• [Action item]: Set down exactly the lines below between the line holding "BOX012_DEPTH = 1" and the line holding "# Box011 → Box011 (new body)", inclusive; no other line belongs in the answer.

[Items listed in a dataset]
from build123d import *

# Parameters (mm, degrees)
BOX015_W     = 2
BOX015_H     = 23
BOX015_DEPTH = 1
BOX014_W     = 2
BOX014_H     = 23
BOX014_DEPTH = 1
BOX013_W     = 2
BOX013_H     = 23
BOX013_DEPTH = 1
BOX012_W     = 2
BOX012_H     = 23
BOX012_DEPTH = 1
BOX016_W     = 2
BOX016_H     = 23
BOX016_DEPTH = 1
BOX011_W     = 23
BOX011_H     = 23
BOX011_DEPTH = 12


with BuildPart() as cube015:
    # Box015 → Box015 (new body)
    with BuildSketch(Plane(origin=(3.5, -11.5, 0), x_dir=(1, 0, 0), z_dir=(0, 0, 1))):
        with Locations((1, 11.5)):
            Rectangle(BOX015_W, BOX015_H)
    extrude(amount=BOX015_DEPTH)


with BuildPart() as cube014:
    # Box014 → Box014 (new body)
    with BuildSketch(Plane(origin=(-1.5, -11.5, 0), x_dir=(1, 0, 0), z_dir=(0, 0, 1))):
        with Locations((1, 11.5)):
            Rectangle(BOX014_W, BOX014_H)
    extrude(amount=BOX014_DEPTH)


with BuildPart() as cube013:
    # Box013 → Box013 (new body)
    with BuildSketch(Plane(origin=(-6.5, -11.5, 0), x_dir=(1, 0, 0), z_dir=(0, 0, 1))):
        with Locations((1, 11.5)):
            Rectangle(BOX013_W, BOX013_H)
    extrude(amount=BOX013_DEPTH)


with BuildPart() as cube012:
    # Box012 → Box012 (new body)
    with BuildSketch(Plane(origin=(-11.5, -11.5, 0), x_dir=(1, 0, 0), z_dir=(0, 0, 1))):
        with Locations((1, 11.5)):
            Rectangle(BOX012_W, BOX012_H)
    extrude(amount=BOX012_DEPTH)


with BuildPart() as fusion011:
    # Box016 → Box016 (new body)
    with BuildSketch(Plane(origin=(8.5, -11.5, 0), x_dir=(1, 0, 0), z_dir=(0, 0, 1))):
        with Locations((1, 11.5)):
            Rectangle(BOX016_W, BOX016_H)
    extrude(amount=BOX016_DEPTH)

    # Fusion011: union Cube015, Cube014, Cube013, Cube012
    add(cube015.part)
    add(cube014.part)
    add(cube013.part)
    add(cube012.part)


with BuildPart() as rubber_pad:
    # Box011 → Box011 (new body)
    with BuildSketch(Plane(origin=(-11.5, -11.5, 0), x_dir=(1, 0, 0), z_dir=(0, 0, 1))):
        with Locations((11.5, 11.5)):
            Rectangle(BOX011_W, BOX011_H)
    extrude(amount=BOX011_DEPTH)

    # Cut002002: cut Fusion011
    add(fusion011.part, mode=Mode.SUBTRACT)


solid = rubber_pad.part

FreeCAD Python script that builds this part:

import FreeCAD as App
import Part
import Sketcher

V = App.Vector
Q = App.Units.Quantity


def add_polygon(sketch, points):
    """Adds a closed chain of lines whose ends are joined by coincident constraints."""
    first, n = sketch.GeometryCount, len(points)
    for a, b in zip(points, points[1:] + points[:1]):
        sketch.addGeometry(Part.LineSegment(App.Vector(*a, 0), App.Vector(*b, 0)), False)
    for i in range(n):
        sketch.addConstraint(Sketcher.Constraint("Coincident", first + i, 2, first + (i + 1) % n, 1))

doc = App.newDocument("Part")
body = doc.addObject("PartDesign::Body", "Body")

# Sketch on XY plane
sketch1 = body.newObject("Sketcher::SketchObject", "Sketch")
sketch1.AttachmentSupport = (doc.getObject("XY_Plane"), [""])
sketch1.MapMode = "FlatFace"
add_polygon(sketch1, [(3.5, 11.5), (3.5, -11.5), (5.5, -11.5), (5.5, 11.5)])  # lines 0-3
sketch1.addConstraint(Sketcher.Constraint("Vertical", 0))
sketch1.addConstraint(Sketcher.Constraint("Horizontal", 1))
sketch1.addConstraint(Sketcher.Constraint("Vertical", 2))
sketch1.addConstraint(Sketcher.Constraint("Horizontal", 3))
sketch1.addConstraint(Sketcher.Constraint("DistanceX", 1, 1, 1, 2, Q("2 mm")))
sketch1.addConstraint(Sketcher.Constraint("DistanceY", 0, 2, 0, 1, Q("23 mm")))
sketch1.addConstraint(Sketcher.Constraint("DistanceX", -1, 1, 0, 2, Q("3.5 mm")))
sketch1.addConstraint(Sketcher.Constraint("DistanceY", 0, 2, -1, 1, Q("11.5 mm")))
pad1 = body.newObject("PartDesign::Pad", "Pad")
pad1.Profile = sketch1
pad1.Length = 1
body2 = doc.addObject("PartDesign::Body", "Body001")

# Sketch on XY plane
sketch2 = body2.newObject("Sketcher::SketchObject", "Sketch001")
sketch2.AttachmentSupport = (doc.getObject("XY_Plane001"), [""])
sketch2.MapMode = "FlatFace"
add_polygon(sketch2, [(-1.5, 11.5), (-1.5, -11.5), (0.5, -11.5), (0.5, 11.5)])  # lines 0-3
sketch2.addConstraint(Sketcher.Constraint("Vertical", 0))
sketch2.addConstraint(Sketcher.Constraint("Horizontal", 1))
sketch2.addConstraint(Sketcher.Constraint("Vertical", 2))
sketch2.addConstraint(Sketcher.Constraint("Horizontal", 3))
sketch2.addConstraint(Sketcher.Constraint("DistanceX", 1, 1, 1, 2, Q("2 mm")))
sketch2.addConstraint(Sketcher.Constraint("DistanceY", 0, 2, 0, 1, Q("23 mm")))
sketch2.addConstraint(Sketcher.Constraint("DistanceX", 0, 2, -1, 1, Q("1.5 mm")))
sketch2.addConstraint(Sketcher.Constraint("DistanceY", 0, 2, -1, 1, Q("11.5 mm")))
pad2 = body2.newObject("PartDesign::Pad", "Pad001")
pad2.Profile = sketch2
pad2.Length = 1
body3 = doc.addObject("PartDesign::Body", "Body002")

# Sketch on XY plane
sketch3 = body3.newObject("Sketcher::SketchObject", "Sketch002")
sketch3.AttachmentSupport = (doc.getObject("XY_Plane002"), [""])
sketch3.MapMode = "FlatFace"
add_polygon(sketch3, [(-6.5, 11.5), (-6.5, -11.5), (-4.5, -11.5), (-4.5, 11.5)])  # lines 0-3
sketch3.addConstraint(Sketcher.Constraint("Vertical", 0))
sketch3.addConstraint(Sketcher.Constraint("Horizontal", 1))
sketch3.addConstraint(Sketcher.Constraint("Vertical", 2))
sketch3.addConstraint(Sketcher.Constraint("Horizontal", 3))
sketch3.addConstraint(Sketcher.Constraint("DistanceX", 1, 1, 1, 2, Q("2 mm")))
sketch3.addConstraint(Sketcher.Constraint("DistanceY", 0, 2, 0, 1, Q("23 mm")))
sketch3.addConstraint(Sketcher.Constraint("DistanceX", 0, 2, -1, 1, Q("6.5 mm")))
sketch3.addConstraint(Sketcher.Constraint("DistanceY", 0, 2, -1, 1, Q("11.5 mm")))
pad3 = body3.newObject("PartDesign::Pad", "Pad002")
pad3.Profile = sketch3
pad3.Length = 1
body4 = doc.addObject("PartDesign::Body", "Body003")

# Sketch on XY plane
sketch4 = body4.newObject("Sketcher::SketchObject", "Sketch003")
sketch4.AttachmentSupport = (doc.getObject("XY_Plane003"), [""])
sketch4.MapMode = "FlatFace"
add_polygon(sketch4, [(-11.5, 11.5), (-11.5, -11.5), (-9.5, -11.5), (-9.5, 11.5)])  # lines 0-3
sketch4.addConstraint(Sketcher.Constraint("Vertical", 0))
sketch4.addConstraint(Sketcher.Constraint("Horizontal", 1))
sketch4.addConstraint(Sketcher.Constraint("Vertical", 2))
sketch4.addConstraint(Sketcher.Constraint("Horizontal", 3))
sketch4.addConstraint(Sketcher.Constraint("DistanceX", 1, 1, 1, 2, Q("2 mm")))
sketch4.addConstraint(Sketcher.Constraint("DistanceY", 0, 2, 0, 1, Q("23 mm")))
sketch4.addConstraint(Sketcher.Constraint("DistanceX", 0, 2, -1, 1, Q("11.5 mm")))
sketch4.addConstraint(Sketcher.Constraint("DistanceY", 0, 2, -1, 1, Q("11.5 mm")))
pad4 = body4.newObject("PartDesign::Pad", "Pad003")
pad4.Profile = sketch4
pad4.Length = 1
body5 = doc.addObject("PartDesign::Body", "Body004")
body5.AllowCompound = True

# Sketch on XY plane
sketch5 = body5.newObject("Sketcher::SketchObject", "Sketch004")
sketch5.AttachmentSupport = (doc.getObject("XY_Plane004"), [""])
sketch5.MapMode = "FlatFace"
add_polygon(sketch5, [(8.5, 11.5), (8.5, -11.5), (10.5, -11.5), (10.5, 11.5)])  # lines 0-3
sketch5.addConstraint(Sketcher.Constraint("Vertical", 0))
sketch5.addConstraint(Sketcher.Constraint("Horizontal", 1))
sketch5.addConstraint(Sketcher.Constraint("Vertical", 2))
sketch5.addConstraint(Sketcher.Constraint("Horizontal", 3))
sketch5.addConstraint(Sketcher.Constraint("DistanceX", 1, 1, 1, 2, Q("2 mm")))
sketch5.addConstraint(Sketcher.Constraint("DistanceY", 0, 2, 0, 1, Q("23 mm")))
sketch5.addConstraint(Sketcher.Constraint("DistanceX", -1, 1, 0, 2, Q("8.5 mm")))
sketch5.addConstraint(Sketcher.Constraint("DistanceY", 0, 2, -1, 1, Q("11.5 mm")))
pad5 = body5.newObject("PartDesign::Pad", "Pad004")
pad5.Profile = sketch5
pad5.Length = 1
doc.recompute()

boolean = body5.newObject("PartDesign::Boolean", "Boolean")
boolean.Type = "Fuse"
boolean.addObjects([body])
doc.recompute()

boolean2 = body5.newObject("PartDesign::Boolean", "Boolean001")
boolean2.Type = "Fuse"
boolean2.addObjects([body2])
doc.recompute()

boolean3 = body5.newObject("PartDesign::Boolean", "Boolean002")
boolean3.Type = "Fuse"
boolean3.addObjects([body3])
doc.recompute()

boolean4 = body5.newObject("PartDesign::Boolean", "Boolean003")
boolean4.Type = "Fuse"
boolean4.addObjects([body4])
body6 = doc.addObject("PartDesign::Body", "Body005")

# Sketch on XY plane
sketch6 = body6.newObject("Sketcher::SketchObject", "Sketch005")
sketch6.AttachmentSupport = (doc.getObject("XY_Plane005"), [""])
sketch6.MapMode = "FlatFace"
add_polygon(sketch6, [(-11.5, 11.5), (-11.5, -11.5), (11.5, -11.5), (11.5, 11.5)])  # lines 0-3
sketch6.addConstraint(Sketcher.Constraint("Vertical", 0))
sketch6.addConstraint(Sketcher.Constraint("Horizontal", 1))
sketch6.addConstraint(Sketcher.Constraint("Vertical", 2))
sketch6.addConstraint(Sketcher.Constraint("Horizontal", 3))
sketch6.addConstraint(Sketcher.Constraint("Symmetric", 0, 2, 2, 2, -1, 1))
sketch6.addConstraint(Sketcher.Constraint("Equal", 3, 0))
sketch6.addConstraint(Sketcher.Constraint("DistanceX", 1, 1, 1, 2, Q("23 mm")))
pad6 = body6.newObject("PartDesign::Pad", "Pad005")
pad6.Profile = sketch6
pad6.Length = 12
doc.recompute()

boolean5 = body6.newObject("PartDesign::Boolean", "Boolean004")
boolean5.Type = "Cut"
boolean5.addObjects([body5])

doc.recompute()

• [Your solution]:
BOX012_DEPTH = 1
BOX016_W     = 2
BOX016_H     = 23
BOX016_DEPTH = 1
BOX011_W     = 23
BOX011_H     = 23
BOX011_DEPTH = 12


with BuildPart() as cube015:
    # Box015 → Box015 (new body)
    with BuildSketch(Plane(origin=(3.5, -11.5, 0), x_dir=(1, 0, 0), z_dir=(0, 0, 1))):
        with Locations((1, 11.5)):
            Rectangle(BOX015_W, BOX015_H)
    extrude(amount=BOX015_DEPTH)


with BuildPart() as cube014:
    # Box014 → Box014 (new body)
    with BuildSketch(Plane(origin=(-1.5, -11.5, 0), x_dir=(1, 0, 0), z_dir=(0, 0, 1))):
        with Locations((1, 11.5)):
            Rectangle(BOX014_W, BOX014_H)
    extrude(amount=BOX014_DEPTH)


with BuildPart() as cube013:
    # Box013 → Box013 (new body)
    with BuildSketch(Plane(origin=(-6.5, -11.5, 0), x_dir=(1, 0, 0), z_dir=(0, 0, 1))):
        with Locations((1, 11.5)):
            Rectangle(BOX013_W, BOX013_H)
    extrude(amount=BOX013_DEPTH)


with BuildPart() as cube012:
    # Box012 → Box012 (new body)
    with BuildSketch(Plane(origin=(-11.5, -11.5, 0), x_dir=(1, 0, 0), z_dir=(0, 0, 1))):
        with Locations((1, 11.5)):
            Rectangle(BOX012_W, BOX012_H)
    extrude(amount=BOX012_DEPTH)


with BuildPart() as fusion011:
    # Box016 → Box016 (new body)
    with BuildSketch(Plane(origin=(8.5, -11.5, 0), x_dir=(1, 0, 0), z_dir=(0, 0, 1))):
        with Locations((1, 11.5)):
            Rectangle(BOX016_W, BOX016_H)
    extrude(amount=BOX016_DEPTH)

    # Fusion011: union Cube015, Cube014, Cube013, Cube012
    add(cube015.part)
    add(cube014.part)
    add(cube013.part)
    add(cube012.part)


with BuildPart() as rubber_pad:
    # Box011 → Box011 (new body)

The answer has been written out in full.